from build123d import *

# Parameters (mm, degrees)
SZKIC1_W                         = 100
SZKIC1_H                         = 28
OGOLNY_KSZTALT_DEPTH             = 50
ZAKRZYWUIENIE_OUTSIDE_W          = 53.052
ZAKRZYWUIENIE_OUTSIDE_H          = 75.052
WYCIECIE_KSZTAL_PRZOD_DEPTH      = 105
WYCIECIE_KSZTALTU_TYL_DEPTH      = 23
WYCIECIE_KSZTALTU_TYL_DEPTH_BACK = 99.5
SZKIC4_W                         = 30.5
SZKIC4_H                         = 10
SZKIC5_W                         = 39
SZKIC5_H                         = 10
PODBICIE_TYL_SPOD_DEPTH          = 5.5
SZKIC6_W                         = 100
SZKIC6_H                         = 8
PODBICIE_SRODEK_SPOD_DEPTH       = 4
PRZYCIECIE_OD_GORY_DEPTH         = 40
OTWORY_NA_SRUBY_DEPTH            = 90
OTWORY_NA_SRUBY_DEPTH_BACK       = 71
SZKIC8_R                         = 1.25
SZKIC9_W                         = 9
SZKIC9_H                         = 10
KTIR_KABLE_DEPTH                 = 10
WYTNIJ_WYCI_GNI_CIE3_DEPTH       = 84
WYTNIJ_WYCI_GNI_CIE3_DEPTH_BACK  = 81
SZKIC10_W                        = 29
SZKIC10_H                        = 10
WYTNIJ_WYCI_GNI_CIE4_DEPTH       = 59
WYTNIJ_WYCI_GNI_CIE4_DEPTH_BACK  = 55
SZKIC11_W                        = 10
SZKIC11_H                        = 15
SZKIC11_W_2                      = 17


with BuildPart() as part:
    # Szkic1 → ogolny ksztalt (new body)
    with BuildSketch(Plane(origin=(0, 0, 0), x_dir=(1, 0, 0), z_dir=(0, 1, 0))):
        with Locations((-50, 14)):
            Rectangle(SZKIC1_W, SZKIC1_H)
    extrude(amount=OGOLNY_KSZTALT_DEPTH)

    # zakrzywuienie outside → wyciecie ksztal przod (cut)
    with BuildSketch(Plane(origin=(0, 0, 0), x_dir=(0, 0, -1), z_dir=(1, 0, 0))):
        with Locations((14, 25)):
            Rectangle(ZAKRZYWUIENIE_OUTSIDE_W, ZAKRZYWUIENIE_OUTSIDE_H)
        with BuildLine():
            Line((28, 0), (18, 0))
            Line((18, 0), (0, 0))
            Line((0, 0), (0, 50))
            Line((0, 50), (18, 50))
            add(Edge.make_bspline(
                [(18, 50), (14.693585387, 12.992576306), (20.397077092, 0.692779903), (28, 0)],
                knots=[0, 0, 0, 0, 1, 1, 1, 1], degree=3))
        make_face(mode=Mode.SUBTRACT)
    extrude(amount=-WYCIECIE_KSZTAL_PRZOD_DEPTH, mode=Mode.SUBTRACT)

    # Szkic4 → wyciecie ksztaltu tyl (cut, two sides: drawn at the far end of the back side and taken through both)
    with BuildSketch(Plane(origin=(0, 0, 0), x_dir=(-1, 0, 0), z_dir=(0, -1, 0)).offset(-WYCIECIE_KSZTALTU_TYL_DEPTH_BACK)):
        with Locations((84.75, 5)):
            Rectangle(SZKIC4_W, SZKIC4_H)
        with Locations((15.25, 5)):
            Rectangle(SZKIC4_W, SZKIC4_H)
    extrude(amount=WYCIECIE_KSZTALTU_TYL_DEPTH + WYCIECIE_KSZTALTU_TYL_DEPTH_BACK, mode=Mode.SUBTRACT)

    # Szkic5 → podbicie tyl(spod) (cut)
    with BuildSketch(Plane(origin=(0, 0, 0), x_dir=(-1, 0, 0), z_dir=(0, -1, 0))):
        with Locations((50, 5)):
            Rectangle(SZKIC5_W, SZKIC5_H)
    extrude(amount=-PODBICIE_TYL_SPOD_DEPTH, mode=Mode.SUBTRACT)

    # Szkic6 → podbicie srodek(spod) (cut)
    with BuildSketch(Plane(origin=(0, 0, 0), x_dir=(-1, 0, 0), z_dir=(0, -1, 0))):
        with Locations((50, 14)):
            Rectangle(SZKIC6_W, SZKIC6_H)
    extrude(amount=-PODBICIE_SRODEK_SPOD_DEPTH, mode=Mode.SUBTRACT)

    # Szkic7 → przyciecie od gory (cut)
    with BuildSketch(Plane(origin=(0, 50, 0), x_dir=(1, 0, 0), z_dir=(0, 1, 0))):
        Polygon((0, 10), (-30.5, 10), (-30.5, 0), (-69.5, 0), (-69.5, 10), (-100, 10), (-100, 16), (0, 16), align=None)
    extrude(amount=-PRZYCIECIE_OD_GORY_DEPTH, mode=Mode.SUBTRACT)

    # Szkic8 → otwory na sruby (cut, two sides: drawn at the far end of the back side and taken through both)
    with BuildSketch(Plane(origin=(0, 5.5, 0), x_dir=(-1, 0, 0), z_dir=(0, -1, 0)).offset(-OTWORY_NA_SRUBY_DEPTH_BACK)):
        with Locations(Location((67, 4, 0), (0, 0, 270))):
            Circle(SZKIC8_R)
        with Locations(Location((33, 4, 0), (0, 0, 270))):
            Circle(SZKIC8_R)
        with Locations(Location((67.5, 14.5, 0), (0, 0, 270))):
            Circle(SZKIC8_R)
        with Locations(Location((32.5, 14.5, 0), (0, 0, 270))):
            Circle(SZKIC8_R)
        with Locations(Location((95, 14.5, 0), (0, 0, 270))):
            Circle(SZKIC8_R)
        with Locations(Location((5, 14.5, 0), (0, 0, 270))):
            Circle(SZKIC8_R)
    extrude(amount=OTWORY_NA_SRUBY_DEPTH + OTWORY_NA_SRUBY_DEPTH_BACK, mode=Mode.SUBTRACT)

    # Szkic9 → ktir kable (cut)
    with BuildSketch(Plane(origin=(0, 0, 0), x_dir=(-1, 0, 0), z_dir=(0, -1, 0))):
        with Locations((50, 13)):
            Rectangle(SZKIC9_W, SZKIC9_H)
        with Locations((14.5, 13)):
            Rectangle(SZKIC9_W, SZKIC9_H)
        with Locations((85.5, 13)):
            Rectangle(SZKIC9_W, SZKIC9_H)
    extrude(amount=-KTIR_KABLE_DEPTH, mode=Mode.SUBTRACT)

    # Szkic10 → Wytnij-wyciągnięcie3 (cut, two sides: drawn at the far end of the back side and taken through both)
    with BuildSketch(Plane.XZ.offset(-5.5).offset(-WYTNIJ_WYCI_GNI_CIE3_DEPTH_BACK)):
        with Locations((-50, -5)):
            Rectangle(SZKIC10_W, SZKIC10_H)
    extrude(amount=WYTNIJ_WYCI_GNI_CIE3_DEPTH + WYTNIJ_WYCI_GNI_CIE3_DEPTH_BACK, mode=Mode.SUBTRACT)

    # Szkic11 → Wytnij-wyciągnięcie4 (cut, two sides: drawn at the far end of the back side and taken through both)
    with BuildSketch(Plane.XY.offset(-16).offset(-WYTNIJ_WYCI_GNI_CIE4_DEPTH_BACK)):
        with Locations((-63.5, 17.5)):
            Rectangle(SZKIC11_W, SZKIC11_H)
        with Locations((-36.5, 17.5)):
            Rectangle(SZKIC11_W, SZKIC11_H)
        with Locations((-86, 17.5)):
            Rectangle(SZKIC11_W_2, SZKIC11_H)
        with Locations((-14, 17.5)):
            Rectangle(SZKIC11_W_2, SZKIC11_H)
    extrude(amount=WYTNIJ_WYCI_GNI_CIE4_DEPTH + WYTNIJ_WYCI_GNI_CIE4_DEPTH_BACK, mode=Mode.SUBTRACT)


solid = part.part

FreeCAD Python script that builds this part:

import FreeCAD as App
import Part
import Sketcher

V = App.Vector


def add_polygon(sketch, points):
    """Adds a closed chain of lines whose ends are joined by coincident constraints."""
    first, n = sketch.GeometryCount, len(points)
    for a, b in zip(points, points[1:] + points[:1]):
        sketch.addGeometry(Part.LineSegment(App.Vector(*a, 0), App.Vector(*b, 0)), False)
    for i in range(n):
        sketch.addConstraint(Sketcher.Constraint("Coincident", first + i, 2, first + (i + 1) % n, 1))

doc = App.newDocument("Part")
body = doc.addObject("PartDesign::Body", "Body")

# Sketch on XZ plane
sketch1 = body.newObject("Sketcher::SketchObject", "Sketch")
sketch1.AttachmentSupport = (doc.getObject("XZ_Plane"), [""])
sketch1.MapMode = "FlatFace"
add_polygon(sketch1, [(-100, -28), (-100, 0), (0, 0), (0, -28)])  # lines 0-3
sketch1.addConstraint(Sketcher.Constraint("Vertical", 0))
sketch1.addConstraint(Sketcher.Constraint("Horizontal", 1))
sketch1.addConstraint(Sketcher.Constraint("Vertical", 2))
sketch1.addConstraint(Sketcher.Constraint("Horizontal", 3))
sketch1.addConstraint(Sketcher.Constraint("Coincident", 1, 2, -1, 1))
sketch1.addConstraint(Sketcher.Constraint("DistanceX", 1, 1, 1, 2, 100.0))
sketch1.addConstraint(Sketcher.Constraint("DistanceY", 0, 1, 0, 2, 28.0))
pad1 = body.newObject("PartDesign::Pad", "Pad")
pad1.Profile = sketch1
pad1.Length = 50
pad1.Reversed = True

# Sketch on YZ plane
sketch2 = body.newObject("Sketcher::SketchObject", "Sketch001")
sketch2.AttachmentSupport = (doc.getObject("YZ_Plane"), [""])
sketch2.MapMode = "FlatFace"
add_polygon(sketch2, [(62.526, 12.526), (-12.526, 12.526), (-12.526, -40.526), (62.526, -40.526)])  # lines 0-3
sketch2.addGeometry(Part.BSplineCurve([V(50, -18, 0), V(12.992576, -14.693585, 0), V(0.69278, -20.397077, 0), V(0, -28, 0)], [4, 4], [0, 1], False, 3, [1, 1, 1, 1], False), False)  # 4
sketch2.addGeometry(Part.LineSegment(V(0, -28, 0), V(0, 0, 0)), False)  # 5
sketch2.addGeometry(Part.LineSegment(V(0, 0, 0), V(50, 0, 0)), False)  # 6
sketch2.addGeometry(Part.LineSegment(V(50, 0, 0), V(50, -18, 0)), False)  # 7
sketch2.addConstraint(Sketcher.Constraint("Block", 4))
sketch2.addConstraint(Sketcher.Constraint("Coincident", 4, 2, 5, 1))
sketch2.addConstraint(Sketcher.Constraint("Coincident", 5, 2, 6, 1))
sketch2.addConstraint(Sketcher.Constraint("Coincident", 6, 2, 7, 1))
sketch2.addConstraint(Sketcher.Constraint("Coincident", 7, 2, 4, 1))
sketch2.addConstraint(Sketcher.Constraint("Horizontal", 0))
sketch2.addConstraint(Sketcher.Constraint("Vertical", 1))
sketch2.addConstraint(Sketcher.Constraint("Horizontal", 2))
sketch2.addConstraint(Sketcher.Constraint("Vertical", 3))
sketch2.addConstraint(Sketcher.Constraint("Vertical", 5))
sketch2.addConstraint(Sketcher.Constraint("Horizontal", 6))
sketch2.addConstraint(Sketcher.Constraint("Vertical", 7))
sketch2.addConstraint(Sketcher.Constraint("PointOnObject", 6, 2, -1))
sketch2.addConstraint(Sketcher.Constraint("DistanceX", 0, 2, 0, 1, 75.052))
sketch2.addConstraint(Sketcher.Constraint("DistanceY", 1, 2, 1, 1, 53.052))
sketch2.addConstraint(Sketcher.Constraint("DistanceX", 0, 2, -1, 1, 12.526))
sketch2.addConstraint(Sketcher.Constraint("DistanceY", -1, 1, 0, 2, 12.526))
pocket1 = body.newObject("PartDesign::Pocket", "Pocket")
pocket1.Profile = sketch2
pocket1.Length = 105

# Sketch on XZ plane
sketch3 = body.newObject("Sketcher::SketchObject", "Sketch002")
sketch3.AttachmentSupport = (doc.getObject("XZ_Plane"), [""])
sketch3.MapMode = "FlatFace"
add_polygon(sketch3, [(-70, -10), (-70, 0), (-100, 0), (-100, -10)])  # lines 0-3
add_polygon(sketch3, [(0, -10), (0, 0), (-30, 0), (-30, -10)])  # lines 4-7
sketch3.addConstraint(Sketcher.Constraint("Vertical", 0))
sketch3.addConstraint(Sketcher.Constraint("Horizontal", 1))
sketch3.addConstraint(Sketcher.Constraint("Vertical", 2))
sketch3.addConstraint(Sketcher.Constraint("Horizontal", 3))
sketch3.addConstraint(Sketcher.Constraint("Vertical", 4))
sketch3.addConstraint(Sketcher.Constraint("Horizontal", 5))
sketch3.addConstraint(Sketcher.Constraint("Vertical", 6))
sketch3.addConstraint(Sketcher.Constraint("Horizontal", 7))
sketch3.addConstraint(Sketcher.Constraint("Coincident", 4, 2, -1, 1))
sketch3.addConstraint(Sketcher.Constraint("PointOnObject", 0, 2, -1))
sketch3.addConstraint(Sketcher.Constraint("Horizontal", 3, 2, 6, 2))
sketch3.addConstraint(Sketcher.Constraint("Equal", 3, 5))
sketch3.addConstraint(Sketcher.Constraint("DistanceY", 0, 1, 0, 2, 10.0))
sketch3.addConstraint(Sketcher.Constraint("DistanceX", 1, 2, 1, 1, 30.5))
sketch3.addConstraint(Sketcher.Constraint("DistanceX", 1, 2, -1, 1, 100.0))
pocket2 = body.newObject("PartDesign::Pocket", "Pocket001")
pocket2.Profile = sketch3
pocket2.Type = "ThroughAll"
pocket2.Midplane = True

# Sketch on XZ plane
sketch4 = body.newObject("Sketcher::SketchObject", "Sketch003")
sketch4.AttachmentSupport = (doc.getObject("XZ_Plane"), [""])
sketch4.MapMode = "FlatFace"
add_polygon(sketch4, [(-30, -10), (-30, 0), (-70, 0), (-70, -10)])  # lines 0-3
sketch4.addConstraint(Sketcher.Constraint("Vertical", 0))
sketch4.addConstraint(Sketcher.Constraint("Horizontal", 1))
sketch4.addConstraint(Sketcher.Constraint("Vertical", 2))
sketch4.addConstraint(Sketcher.Constraint("Horizontal", 3))
sketch4.addConstraint(Sketcher.Constraint("PointOnObject", 0, 2, -1))
sketch4.addConstraint(Sketcher.Constraint("DistanceX", 1, 2, 1, 1, 39.0))
sketch4.addConstraint(Sketcher.Constraint("DistanceY", 0, 1, 0, 2, 10.0))
sketch4.addConstraint(Sketcher.Constraint("DistanceX", 0, 2, -1, 1, 30.5))
pocket3 = body.newObject("PartDesign::Pocket", "Pocket002")
pocket3.Profile = sketch4
pocket3.Length = 5.5

# Sketch on XZ plane
sketch5 = body.newObject("Sketcher::SketchObject", "Sketch004")
sketch5.AttachmentSupport = (doc.getObject("XZ_Plane"), [""])
sketch5.MapMode = "FlatFace"
add_polygon(sketch5, [(0, -18), (0, -10), (-100, -10), (-100, -18)])  # lines 0-3
sketch5.addConstraint(Sketcher.Constraint("Vertical", 0))
sketch5.addConstraint(Sketcher.Constraint("Horizontal", 1))
sketch5.addConstraint(Sketcher.Constraint("Vertical", 2))
sketch5.addConstraint(Sketcher.Constraint("Horizontal", 3))
sketch5.addConstraint(Sketcher.Constraint("PointOnObject", 0, 2, -2))
sketch5.addConstraint(Sketcher.Constraint("DistanceX", 1, 2, 1, 1, 100.0))
sketch5.addConstraint(Sketcher.Constraint("DistanceY", 0, 1, 0, 2, 8.0))
sketch5.addConstraint(Sketcher.Constraint("DistanceY", 0, 2, -1, 1, 10.0))
pocket4 = body.newObject("PartDesign::Pocket", "Pocket003")
pocket4.Profile = sketch5
pocket4.Length = 4

# Sketch on XZ plane
sketch6 = body.newObject("Sketcher::SketchObject", "Sketch005")
sketch6.AttachmentSupport = (doc.getObject("XZ_Plane"), [""])
sketch6.MapMode = "FlatFace"
sketch6.AttachmentOffset = App.Placement(V(0, 0, -50), App.Rotation())
add_polygon(sketch6, [(-30, -10), (0, -10), (0, -16), (-100, -16), (-100, -10), (-70, -10), (-70, 0), (-30, 0)])  # lines 0-7
sketch6.addConstraint(Sketcher.Constraint("Horizontal", 0))
sketch6.addConstraint(Sketcher.Constraint("Vertical", 1))
sketch6.addConstraint(Sketcher.Constraint("Horizontal", 2))
sketch6.addConstraint(Sketcher.Constraint("Vertical", 3))
sketch6.addConstraint(Sketcher.Constraint("Horizontal", 4))
sketch6.addConstraint(Sketcher.Constraint("Vertical", 5))
sketch6.addConstraint(Sketcher.Constraint("Horizontal", 6))
sketch6.addConstraint(Sketcher.Constraint("Vertical", 7))
sketch6.addConstraint(Sketcher.Constraint("PointOnObject", 0, 2, -2))
sketch6.addConstraint(Sketcher.Constraint("PointOnObject", 5, 2, -1))
sketch6.addConstraint(Sketcher.Constraint("Horizontal", 0, 2, 3, 2))
sketch6.addConstraint(Sketcher.Constraint("Equal", 0, 4))
sketch6.addConstraint(Sketcher.Constraint("DistanceX", 2, 2, 2, 1, 100.0))
sketch6.addConstraint(Sketcher.Constraint("DistanceX", 6, 1, 6, 2, 39.0))
sketch6.addConstraint(Sketcher.Constraint("DistanceY", 1, 2, 1, 1, 6.0))
sketch6.addConstraint(Sketcher.Constraint("DistanceY", 5, 1, 5, 2, 10.0))
pocket5 = body.newObject("PartDesign::Pocket", "Pocket004")
pocket5.Profile = sketch6
pocket5.Length = 40
pocket5.Reversed = True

**Assigned task:** The stretch of entries above that starts with the line containing "Rectangle(SZKIC5_W, SZKIC5_H)" and goes on through the line containing "extrude(amount=-PRZYCIECIE_OD_GORY_DEPTH, mode=Mode.SUBTRACT)" is to be transcribed exactly, and no other line is to be transcribed.

**Exercise answer:**
            Rectangle(SZKIC5_W, SZKIC5_H)
    extrude(amount=-PODBICIE_TYL_SPOD_DEPTH, mode=Mode.SUBTRACT)

    # Szkic6 → podbicie srodek(spod) (cut)
    with BuildSketch(Plane(origin=(0, 0, 0), x_dir=(-1, 0, 0), z_dir=(0, -1, 0))):
        with Locations((50, 14)):
            Rectangle(SZKIC6_W, SZKIC6_H)
    extrude(amount=-PODBICIE_SRODEK_SPOD_DEPTH, mode=Mode.SUBTRACT)

    # Szkic7 → przyciecie od gory (cut)
    with BuildSketch(Plane(origin=(0, 50, 0), x_dir=(1, 0, 0), z_dir=(0, 1, 0))):
        Polygon((0, 10), (-30.5, 10), (-30.5, 0), (-69.5, 0), (-69.5, 10), (-100, 10), (-100, 16), (0, 16), align=None)
    extrude(amount=-PRZYCIECIE_OD_GORY_DEPTH, mode=Mode.SUBTRACT)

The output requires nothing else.